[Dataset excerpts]
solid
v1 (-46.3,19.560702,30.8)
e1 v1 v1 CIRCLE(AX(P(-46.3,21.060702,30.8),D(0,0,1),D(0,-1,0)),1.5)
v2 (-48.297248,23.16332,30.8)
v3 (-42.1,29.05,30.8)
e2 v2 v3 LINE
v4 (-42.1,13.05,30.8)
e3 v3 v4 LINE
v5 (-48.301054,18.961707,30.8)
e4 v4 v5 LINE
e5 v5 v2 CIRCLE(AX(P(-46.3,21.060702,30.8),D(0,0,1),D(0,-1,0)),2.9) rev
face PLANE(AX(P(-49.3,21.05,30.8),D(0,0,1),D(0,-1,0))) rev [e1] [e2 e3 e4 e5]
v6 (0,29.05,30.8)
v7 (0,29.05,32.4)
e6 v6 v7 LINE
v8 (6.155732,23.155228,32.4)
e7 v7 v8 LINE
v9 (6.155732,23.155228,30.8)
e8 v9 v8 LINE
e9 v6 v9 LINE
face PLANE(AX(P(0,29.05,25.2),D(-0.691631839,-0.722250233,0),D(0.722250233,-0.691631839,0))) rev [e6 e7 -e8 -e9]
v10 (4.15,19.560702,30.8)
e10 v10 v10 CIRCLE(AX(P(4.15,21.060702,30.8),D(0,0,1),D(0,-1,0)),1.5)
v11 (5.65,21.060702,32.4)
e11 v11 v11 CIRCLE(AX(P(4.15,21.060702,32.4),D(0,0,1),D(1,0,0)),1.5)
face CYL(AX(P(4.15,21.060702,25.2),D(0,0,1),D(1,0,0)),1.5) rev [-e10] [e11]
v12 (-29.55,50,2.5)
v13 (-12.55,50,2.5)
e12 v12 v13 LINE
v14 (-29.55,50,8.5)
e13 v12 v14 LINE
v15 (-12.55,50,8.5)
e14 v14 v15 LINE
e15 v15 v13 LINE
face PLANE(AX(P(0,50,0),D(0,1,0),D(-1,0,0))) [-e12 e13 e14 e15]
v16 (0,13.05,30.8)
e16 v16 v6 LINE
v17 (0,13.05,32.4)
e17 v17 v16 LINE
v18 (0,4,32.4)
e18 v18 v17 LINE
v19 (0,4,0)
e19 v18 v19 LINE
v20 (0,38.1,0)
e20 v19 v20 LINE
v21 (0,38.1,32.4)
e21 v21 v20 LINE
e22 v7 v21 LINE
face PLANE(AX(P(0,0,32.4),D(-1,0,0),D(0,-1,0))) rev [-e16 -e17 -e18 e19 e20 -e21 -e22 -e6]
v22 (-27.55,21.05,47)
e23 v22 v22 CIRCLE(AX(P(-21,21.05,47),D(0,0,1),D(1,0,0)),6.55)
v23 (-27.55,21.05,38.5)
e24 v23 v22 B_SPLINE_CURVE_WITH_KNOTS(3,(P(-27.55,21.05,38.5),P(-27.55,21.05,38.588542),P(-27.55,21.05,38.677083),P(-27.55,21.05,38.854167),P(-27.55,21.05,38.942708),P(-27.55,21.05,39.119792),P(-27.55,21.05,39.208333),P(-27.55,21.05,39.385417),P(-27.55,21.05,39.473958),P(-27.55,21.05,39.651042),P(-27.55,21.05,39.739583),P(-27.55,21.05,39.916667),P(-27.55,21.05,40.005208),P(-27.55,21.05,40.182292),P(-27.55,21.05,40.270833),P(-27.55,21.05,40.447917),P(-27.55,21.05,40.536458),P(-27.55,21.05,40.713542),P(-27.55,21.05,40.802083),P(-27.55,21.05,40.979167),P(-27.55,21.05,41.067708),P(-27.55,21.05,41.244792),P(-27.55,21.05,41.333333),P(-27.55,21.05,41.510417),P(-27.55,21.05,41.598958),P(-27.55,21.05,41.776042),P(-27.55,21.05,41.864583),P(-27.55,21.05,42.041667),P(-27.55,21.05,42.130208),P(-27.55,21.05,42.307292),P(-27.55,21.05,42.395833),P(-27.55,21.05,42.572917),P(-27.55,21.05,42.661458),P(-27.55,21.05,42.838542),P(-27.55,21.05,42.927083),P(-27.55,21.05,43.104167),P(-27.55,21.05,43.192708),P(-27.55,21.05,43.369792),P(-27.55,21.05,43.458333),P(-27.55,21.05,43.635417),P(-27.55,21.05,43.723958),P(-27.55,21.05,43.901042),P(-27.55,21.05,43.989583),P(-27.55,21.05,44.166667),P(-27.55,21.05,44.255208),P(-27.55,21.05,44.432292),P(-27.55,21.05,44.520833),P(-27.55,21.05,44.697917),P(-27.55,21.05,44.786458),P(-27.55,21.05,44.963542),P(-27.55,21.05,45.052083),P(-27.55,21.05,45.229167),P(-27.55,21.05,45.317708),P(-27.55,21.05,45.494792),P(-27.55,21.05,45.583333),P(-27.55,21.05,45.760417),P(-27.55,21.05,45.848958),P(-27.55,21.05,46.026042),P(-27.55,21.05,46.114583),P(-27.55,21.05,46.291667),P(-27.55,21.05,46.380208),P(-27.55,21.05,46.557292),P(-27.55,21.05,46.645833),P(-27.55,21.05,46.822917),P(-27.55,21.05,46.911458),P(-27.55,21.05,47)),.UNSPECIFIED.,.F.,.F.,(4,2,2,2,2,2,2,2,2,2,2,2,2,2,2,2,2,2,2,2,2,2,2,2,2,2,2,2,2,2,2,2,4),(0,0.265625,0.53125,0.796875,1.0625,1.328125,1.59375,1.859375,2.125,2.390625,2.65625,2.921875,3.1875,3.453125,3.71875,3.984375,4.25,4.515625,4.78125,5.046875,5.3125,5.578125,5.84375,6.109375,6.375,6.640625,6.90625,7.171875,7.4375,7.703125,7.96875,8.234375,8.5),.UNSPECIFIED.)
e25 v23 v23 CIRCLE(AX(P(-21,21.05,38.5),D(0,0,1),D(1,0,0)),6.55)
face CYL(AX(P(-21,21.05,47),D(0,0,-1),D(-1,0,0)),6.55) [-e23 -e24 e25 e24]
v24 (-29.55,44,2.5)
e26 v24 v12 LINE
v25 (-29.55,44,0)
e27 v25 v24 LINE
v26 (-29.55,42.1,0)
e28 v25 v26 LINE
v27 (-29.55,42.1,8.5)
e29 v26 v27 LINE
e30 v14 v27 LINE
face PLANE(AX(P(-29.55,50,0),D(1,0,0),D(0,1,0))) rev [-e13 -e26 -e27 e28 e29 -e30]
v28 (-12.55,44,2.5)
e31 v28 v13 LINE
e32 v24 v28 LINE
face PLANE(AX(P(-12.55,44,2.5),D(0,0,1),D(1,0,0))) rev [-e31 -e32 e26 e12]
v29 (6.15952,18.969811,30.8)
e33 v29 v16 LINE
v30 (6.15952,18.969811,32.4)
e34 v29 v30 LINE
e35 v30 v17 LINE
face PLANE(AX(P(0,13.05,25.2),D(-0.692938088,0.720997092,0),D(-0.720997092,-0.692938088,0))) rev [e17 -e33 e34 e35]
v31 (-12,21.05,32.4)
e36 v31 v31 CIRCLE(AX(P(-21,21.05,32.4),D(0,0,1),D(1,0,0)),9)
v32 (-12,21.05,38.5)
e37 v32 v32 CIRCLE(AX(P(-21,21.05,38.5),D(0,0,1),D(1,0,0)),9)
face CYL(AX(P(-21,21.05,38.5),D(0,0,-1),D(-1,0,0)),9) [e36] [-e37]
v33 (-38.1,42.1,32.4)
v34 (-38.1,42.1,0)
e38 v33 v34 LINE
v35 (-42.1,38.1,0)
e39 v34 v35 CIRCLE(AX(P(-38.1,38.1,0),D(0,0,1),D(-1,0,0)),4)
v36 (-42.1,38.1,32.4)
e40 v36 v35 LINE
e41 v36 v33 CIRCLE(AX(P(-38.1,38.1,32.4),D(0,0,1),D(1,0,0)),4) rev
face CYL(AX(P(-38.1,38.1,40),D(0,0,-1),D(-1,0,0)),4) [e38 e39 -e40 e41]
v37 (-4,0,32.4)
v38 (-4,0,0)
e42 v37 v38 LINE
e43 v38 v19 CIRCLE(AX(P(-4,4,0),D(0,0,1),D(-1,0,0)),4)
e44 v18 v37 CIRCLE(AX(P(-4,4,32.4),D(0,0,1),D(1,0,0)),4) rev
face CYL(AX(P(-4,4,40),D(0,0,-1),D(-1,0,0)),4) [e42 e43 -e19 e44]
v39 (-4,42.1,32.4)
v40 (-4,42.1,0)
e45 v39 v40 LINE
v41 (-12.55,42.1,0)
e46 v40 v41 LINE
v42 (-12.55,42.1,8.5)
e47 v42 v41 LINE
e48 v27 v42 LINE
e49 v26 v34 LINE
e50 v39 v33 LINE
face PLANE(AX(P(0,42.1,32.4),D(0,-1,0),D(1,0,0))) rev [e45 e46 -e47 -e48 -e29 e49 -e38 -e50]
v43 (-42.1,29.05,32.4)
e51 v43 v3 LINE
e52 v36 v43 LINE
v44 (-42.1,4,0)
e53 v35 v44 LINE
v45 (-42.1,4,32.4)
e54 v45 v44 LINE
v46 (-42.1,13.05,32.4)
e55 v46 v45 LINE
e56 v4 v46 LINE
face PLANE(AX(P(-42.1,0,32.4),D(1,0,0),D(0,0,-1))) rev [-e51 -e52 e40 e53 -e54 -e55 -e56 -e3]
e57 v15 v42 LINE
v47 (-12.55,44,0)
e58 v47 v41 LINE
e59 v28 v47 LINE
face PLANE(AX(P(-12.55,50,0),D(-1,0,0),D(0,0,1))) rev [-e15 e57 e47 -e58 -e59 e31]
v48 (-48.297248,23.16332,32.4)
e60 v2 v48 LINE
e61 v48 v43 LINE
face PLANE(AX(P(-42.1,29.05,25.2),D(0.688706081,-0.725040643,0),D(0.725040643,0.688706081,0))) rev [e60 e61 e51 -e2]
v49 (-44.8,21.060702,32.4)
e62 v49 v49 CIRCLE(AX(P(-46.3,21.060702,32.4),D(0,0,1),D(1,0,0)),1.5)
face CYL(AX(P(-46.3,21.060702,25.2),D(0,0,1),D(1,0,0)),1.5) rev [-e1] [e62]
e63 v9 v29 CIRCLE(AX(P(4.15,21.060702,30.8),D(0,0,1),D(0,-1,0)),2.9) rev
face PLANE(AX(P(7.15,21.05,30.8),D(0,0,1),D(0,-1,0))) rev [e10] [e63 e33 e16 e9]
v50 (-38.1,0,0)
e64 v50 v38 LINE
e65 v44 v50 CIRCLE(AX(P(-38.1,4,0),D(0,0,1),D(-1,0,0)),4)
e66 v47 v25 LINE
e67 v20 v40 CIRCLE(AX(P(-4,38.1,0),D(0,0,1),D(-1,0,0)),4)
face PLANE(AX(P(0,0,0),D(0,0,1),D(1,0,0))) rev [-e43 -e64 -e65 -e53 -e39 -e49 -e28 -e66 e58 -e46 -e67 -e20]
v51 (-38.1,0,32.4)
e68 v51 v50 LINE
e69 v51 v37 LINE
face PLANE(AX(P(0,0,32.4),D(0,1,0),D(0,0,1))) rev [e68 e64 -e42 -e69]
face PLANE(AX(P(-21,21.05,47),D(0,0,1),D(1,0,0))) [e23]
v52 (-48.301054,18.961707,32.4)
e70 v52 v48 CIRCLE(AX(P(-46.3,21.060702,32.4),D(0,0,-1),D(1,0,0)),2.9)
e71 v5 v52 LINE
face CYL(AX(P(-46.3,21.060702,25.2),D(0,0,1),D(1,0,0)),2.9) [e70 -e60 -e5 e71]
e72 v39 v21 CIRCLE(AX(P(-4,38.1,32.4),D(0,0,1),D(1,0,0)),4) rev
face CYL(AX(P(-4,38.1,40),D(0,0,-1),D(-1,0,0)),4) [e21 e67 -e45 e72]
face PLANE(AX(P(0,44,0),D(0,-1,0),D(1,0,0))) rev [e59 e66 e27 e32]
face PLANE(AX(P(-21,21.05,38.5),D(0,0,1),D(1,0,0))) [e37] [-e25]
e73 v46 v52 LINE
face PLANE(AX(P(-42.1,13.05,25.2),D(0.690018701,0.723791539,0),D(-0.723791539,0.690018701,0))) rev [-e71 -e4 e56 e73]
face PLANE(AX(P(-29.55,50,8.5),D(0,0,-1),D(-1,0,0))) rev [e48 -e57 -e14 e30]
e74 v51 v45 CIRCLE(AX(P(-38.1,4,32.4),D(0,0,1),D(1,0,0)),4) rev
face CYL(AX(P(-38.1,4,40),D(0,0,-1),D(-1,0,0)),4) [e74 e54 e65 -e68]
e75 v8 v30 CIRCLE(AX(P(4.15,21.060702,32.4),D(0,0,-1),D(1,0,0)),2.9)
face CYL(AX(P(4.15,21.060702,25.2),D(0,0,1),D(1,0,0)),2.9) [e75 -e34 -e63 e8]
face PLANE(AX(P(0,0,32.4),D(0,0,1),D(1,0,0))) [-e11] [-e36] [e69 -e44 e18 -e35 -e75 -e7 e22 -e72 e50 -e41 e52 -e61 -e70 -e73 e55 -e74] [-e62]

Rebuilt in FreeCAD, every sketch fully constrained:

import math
import FreeCAD as App
import Part
import Sketcher

doc = App.newDocument("Part")
body = doc.addObject("PartDesign::Body", "Body")

# Sketch on XY plane
sketch1 = body.newObject("Sketcher::SketchObject", "Sketch")
sketch1.AttachmentSupport = (doc.getObject("XY_Plane"), [""])
sketch1.MapMode = "FlatFace"
sketch1.addGeometry([
    Part.LineSegment(App.Vector(-42.1, 42.1, 0), App.Vector(-42.1, 0, 0)),
    Part.LineSegment(App.Vector(-42.1, 0, 0), App.Vector(0, 0, 0)),
    Part.LineSegment(App.Vector(0, 0, 0), App.Vector(0, 42.1, 0)),
    Part.LineSegment(App.Vector(0, 42.1, 0), App.Vector(-42.1, 42.1, 0)),
], False)
sketch1.addConstraint([
    Sketcher.Constraint("Coincident", 0, 2, 1, 1),
    Sketcher.Constraint("Coincident", 1, 2, 2, 1),
    Sketcher.Constraint("Coincident", 2, 2, 3, 1),
    Sketcher.Constraint("Coincident", 3, 2, 0, 1),
    Sketcher.Constraint("Vertical", 0),
    Sketcher.Constraint("Horizontal", 1),
    Sketcher.Constraint("Vertical", 2),
    Sketcher.Constraint("Horizontal", 3),
    Sketcher.Constraint("Coincident", 1, 2, -1, 1),
    Sketcher.Constraint("Equal", 3, 0),
    Sketcher.Constraint("DistanceX", 1, 1, 1, 2, 42.1),
])
pad1 = body.newObject("PartDesign::Pad", "Pad")
pad1.Profile = sketch1
pad1.Length = 32.4

# Sketch on XZ plane
sketch2 = body.newObject("Sketcher::SketchObject", "Sketch001")
sketch2.AttachmentSupport = (doc.getObject("XZ_Plane"), [""])
sketch2.MapMode = "FlatFace"
sketch2.AttachmentOffset = App.Placement(App.Vector(0, 0, -42.1), App.Rotation())
sketch2.addGeometry([
    Part.LineSegment(App.Vector(-29.55, 0, 0), App.Vector(-29.55, 8.5, 0)),
    Part.LineSegment(App.Vector(-29.55, 8.5, 0), App.Vector(-12.55, 8.5, 0)),
    Part.LineSegment(App.Vector(-12.55, 8.5, 0), App.Vector(-12.55, 0, 0)),
    Part.LineSegment(App.Vector(-12.55, 0, 0), App.Vector(-29.55, 0, 0)),
], False)
sketch2.addConstraint([
    Sketcher.Constraint("Coincident", 0, 2, 1, 1),
    Sketcher.Constraint("Coincident", 1, 2, 2, 1),
    Sketcher.Constraint("Coincident", 2, 2, 3, 1),
    Sketcher.Constraint("Coincident", 3, 2, 0, 1),
    Sketcher.Constraint("Vertical", 0),
    Sketcher.Constraint("Horizontal", 1),
    Sketcher.Constraint("Vertical", 2),
    Sketcher.Constraint("Horizontal", 3),
    Sketcher.Constraint("PointOnObject", 2, 2, -1),
    Sketcher.Constraint("DistanceX", 1, 1, 1, 2, 17.0),
    Sketcher.Constraint("DistanceY", 0, 1, 0, 2, 8.5),
    Sketcher.Constraint("DistanceX", 0, 2, -1, 1, 29.55),
])
pad2 = body.newObject("PartDesign::Pad", "Pad001")
pad2.Profile = sketch2
pad2.Length = 7.9
pad2.Reversed = True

• _What you will do_: Transcribe the lines from the first line of the records through the line that contains "e17 v17 v16 LINE", both included, and add nothing else.

• _Task answer_:
solid
v1 (-46.3,19.560702,30.8)
e1 v1 v1 CIRCLE(AX(P(-46.3,21.060702,30.8),D(0,0,1),D(0,-1,0)),1.5)
v2 (-48.297248,23.16332,30.8)
v3 (-42.1,29.05,30.8)
e2 v2 v3 LINE
v4 (-42.1,13.05,30.8)
e3 v3 v4 LINE
v5 (-48.301054,18.961707,30.8)
e4 v4 v5 LINE
e5 v5 v2 CIRCLE(AX(P(-46.3,21.060702,30.8),D(0,0,1),D(0,-1,0)),2.9) rev
face PLANE(AX(P(-49.3,21.05,30.8),D(0,0,1),D(0,-1,0))) rev [e1] [e2 e3 e4 e5]
v6 (0,29.05,30.8)
v7 (0,29.05,32.4)
e6 v6 v7 LINE
v8 (6.155732,23.155228,32.4)
e7 v7 v8 LINE
v9 (6.155732,23.155228,30.8)
e8 v9 v8 LINE
e9 v6 v9 LINE
face PLANE(AX(P(0,29.05,25.2),D(-0.691631839,-0.722250233,0),D(0.722250233,-0.691631839,0))) rev [e6 e7 -e8 -e9]
v10 (4.15,19.560702,30.8)
e10 v10 v10 CIRCLE(AX(P(4.15,21.060702,30.8),D(0,0,1),D(0,-1,0)),1.5)
v11 (5.65,21.060702,32.4)
e11 v11 v11 CIRCLE(AX(P(4.15,21.060702,32.4),D(0,0,1),D(1,0,0)),1.5)
face CYL(AX(P(4.15,21.060702,25.2),D(0,0,1),D(1,0,0)),1.5) rev [-e10] [e11]
v12 (-29.55,50,2.5)
v13 (-12.55,50,2.5)
e12 v12 v13 LINE
v14 (-29.55,50,8.5)
e13 v12 v14 LINE
v15 (-12.55,50,8.5)
e14 v14 v15 LINE
e15 v15 v13 LINE
face PLANE(AX(P(0,50,0),D(0,1,0),D(-1,0,0))) [-e12 e13 e14 e15]
v16 (0,13.05,30.8)
e16 v16 v6 LINE
v17 (0,13.05,32.4)
e17 v17 v16 LINE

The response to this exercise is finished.